Assídua consumidora de livros, apesar de seus treze anos, Frazão lia também obras de
filosofia. Descobriu espantada que na filosofia também habitavam os deuses. Percebeu que o
conhecimento havia sido vedado às mulheres porque através dele elas reconheceriam os
encantamentos e os fariam todos. Desse modo, completa, forjou-se a idéia de que as mulheres
sábias são feias e solteironas, e que ser bonita e fútil é o melhor que uma garota pode alcançar.
Dedicou o mês inteiro à filosofia, como uma resposta a esses estereótipos. Seriam belas e cultas,
e não se calariam perante os homens. Colocariam a história em seu cotidiano, realizariam os
encantamentos dos filósofos, todos os dias honrariam as mulheres que não tiveram acesso ao
conhecimento, levariam o que aprendessem a outras mulheres e não mais permitiriam que o papel
da mulher fosse roubado. Declarariam-se feiticeiras sem se envergonhar.
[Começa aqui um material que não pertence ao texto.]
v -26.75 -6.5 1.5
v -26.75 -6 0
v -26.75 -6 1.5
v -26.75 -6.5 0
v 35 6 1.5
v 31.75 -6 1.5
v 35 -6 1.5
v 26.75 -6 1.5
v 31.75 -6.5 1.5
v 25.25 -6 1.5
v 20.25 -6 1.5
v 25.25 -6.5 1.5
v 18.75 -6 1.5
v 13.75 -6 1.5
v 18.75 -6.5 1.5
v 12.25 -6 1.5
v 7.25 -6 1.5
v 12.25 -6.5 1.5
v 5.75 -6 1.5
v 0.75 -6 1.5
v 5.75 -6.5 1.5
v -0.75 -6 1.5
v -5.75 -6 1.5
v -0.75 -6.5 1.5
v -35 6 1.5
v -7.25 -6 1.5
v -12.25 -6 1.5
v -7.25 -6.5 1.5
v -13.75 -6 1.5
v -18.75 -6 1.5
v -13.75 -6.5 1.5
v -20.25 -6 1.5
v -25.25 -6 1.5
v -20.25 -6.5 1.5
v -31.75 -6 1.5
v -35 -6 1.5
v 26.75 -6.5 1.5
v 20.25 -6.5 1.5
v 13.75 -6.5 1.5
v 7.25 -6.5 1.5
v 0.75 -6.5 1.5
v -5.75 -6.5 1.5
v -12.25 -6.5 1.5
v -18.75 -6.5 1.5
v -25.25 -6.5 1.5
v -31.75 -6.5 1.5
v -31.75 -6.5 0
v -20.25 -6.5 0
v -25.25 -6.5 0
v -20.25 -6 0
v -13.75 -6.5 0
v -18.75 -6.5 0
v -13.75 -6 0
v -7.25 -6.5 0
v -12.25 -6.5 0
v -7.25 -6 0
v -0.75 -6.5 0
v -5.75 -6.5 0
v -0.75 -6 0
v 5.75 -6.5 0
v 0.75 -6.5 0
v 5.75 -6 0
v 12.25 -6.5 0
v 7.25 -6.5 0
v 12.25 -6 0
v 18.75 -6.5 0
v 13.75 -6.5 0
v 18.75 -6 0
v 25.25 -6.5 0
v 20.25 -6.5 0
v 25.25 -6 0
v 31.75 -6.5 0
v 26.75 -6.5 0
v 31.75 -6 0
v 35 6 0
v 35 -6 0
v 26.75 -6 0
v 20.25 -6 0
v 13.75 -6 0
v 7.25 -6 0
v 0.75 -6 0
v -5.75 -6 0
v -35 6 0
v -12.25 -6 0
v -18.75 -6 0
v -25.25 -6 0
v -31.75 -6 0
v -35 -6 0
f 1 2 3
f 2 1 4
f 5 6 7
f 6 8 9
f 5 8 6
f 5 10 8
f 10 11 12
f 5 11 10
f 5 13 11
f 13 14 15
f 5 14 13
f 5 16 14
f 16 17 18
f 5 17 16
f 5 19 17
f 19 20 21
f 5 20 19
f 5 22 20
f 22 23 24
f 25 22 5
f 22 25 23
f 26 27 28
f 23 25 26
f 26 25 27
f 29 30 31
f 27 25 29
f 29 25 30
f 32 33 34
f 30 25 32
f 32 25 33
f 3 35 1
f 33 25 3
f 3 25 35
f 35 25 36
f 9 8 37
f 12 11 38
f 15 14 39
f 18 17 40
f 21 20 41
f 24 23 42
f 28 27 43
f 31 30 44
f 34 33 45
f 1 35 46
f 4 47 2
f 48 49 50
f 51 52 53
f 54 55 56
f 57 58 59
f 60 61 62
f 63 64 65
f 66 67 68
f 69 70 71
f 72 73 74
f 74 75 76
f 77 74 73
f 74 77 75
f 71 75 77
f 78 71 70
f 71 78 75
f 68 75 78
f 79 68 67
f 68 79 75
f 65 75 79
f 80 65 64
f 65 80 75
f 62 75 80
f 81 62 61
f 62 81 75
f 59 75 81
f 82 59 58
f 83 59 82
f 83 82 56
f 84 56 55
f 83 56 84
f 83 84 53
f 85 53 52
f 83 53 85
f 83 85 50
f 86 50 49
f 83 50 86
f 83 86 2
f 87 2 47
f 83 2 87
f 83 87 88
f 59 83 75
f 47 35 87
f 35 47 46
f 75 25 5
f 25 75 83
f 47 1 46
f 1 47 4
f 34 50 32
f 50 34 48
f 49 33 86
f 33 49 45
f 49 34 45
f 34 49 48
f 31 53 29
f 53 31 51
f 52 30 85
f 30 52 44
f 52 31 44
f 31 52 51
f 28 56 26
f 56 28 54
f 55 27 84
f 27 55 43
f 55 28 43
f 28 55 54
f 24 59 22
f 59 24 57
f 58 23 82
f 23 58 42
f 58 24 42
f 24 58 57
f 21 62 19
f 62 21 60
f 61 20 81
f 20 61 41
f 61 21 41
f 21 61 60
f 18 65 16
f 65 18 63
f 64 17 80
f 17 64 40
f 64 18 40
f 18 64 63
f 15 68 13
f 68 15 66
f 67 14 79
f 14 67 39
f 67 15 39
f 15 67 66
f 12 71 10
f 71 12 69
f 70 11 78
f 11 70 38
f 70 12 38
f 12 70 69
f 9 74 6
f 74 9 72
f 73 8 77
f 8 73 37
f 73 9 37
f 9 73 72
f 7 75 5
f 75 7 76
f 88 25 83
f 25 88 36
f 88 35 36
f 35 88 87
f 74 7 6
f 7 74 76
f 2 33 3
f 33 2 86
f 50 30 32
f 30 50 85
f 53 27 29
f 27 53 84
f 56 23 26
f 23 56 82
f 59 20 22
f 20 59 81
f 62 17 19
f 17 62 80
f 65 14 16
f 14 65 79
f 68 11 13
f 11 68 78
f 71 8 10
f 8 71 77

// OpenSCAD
// 10-well comb for casting agarose gels
// Print orientation: flat on bed, teeth pointing down (-Y)

// ---- Dimensions (mm) ----
plate_t      = 1.5;   // plate thickness (Z)
spine_l      = 70;    // spine length (X)
spine_w      = 12;    // spine width (Y)
tooth_w      = 5.0;   // tooth width (X)
tooth_l      = 12;    // tooth length (Y)
tooth_count  = 10;    // number of teeth
gap          = 1.5;   // gap between teeth (X)
embed        = 0.5;   // tooth overlap into spine for a clean union

$fn = 64;

// ---- Derived ----
pitch   = tooth_w + gap;            // centre-to-centre spacing
x_start = -(tooth_count - 1) * pitch / 2;  // first tooth centre (row centred)

// ---- Model ----
union() {
    // Spine (back bar)
    translate([-spine_l / 2, -spine_w / 2, 0])
        cube([spine_l, spine_w, plate_t]);

    // Teeth hanging in -Y
    for (i = [0 : tooth_count - 1])
        translate([x_start + i * pitch - tooth_w / 2,
                   -spine_w / 2 - embed,
                   0])
            cube([tooth_w, tooth_l + embed, plate_t]);
}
A autora recorda que na década de 1960, várias bruxas modernas iniciaram a mesma
“caminhada” que ela. A idéia de caminho e caminhada é muito comum no contexto de Nova Era
e também nos livros de Frazão. Na Nova Era, contudo, o caminho pode tomar uma forma literal,
como o caminho de Santiago. A autora tenta desfazer essa possível confusão logo de início. Para
ela, um lugar específico, como o caminho de Santiago, não é o meio ideal para devolver às
bruxas o seu papel no mundo. A magia das bruxas estava intacta sendo transmitida através das
gerações. O que devia ser conquistado era aquilo que fora perdido, não o poder, mas o
conhecimento intelectual do mundo. “O conhecimento”, diz ela, “é o ato de se envolver com o
mundo”, ao invés de observá-lo friamente. Esse conhecimento mágico só vem através de um
caminho solitário, pois o aprendizado é individual.
A lua de abril mostrou-lhe que era necessário estar atenta às vozes do mundo e nelas
reconhecer os sinais que o tempo envia às bruxas. Procurava sinais ocultos. Desde então, nunca
foi surpreendida por nada, tomou consciência do mundo, reconhecendo suas dores e sorrisos.
Nesta lua, aprendeu o real significado de ser feiticeira.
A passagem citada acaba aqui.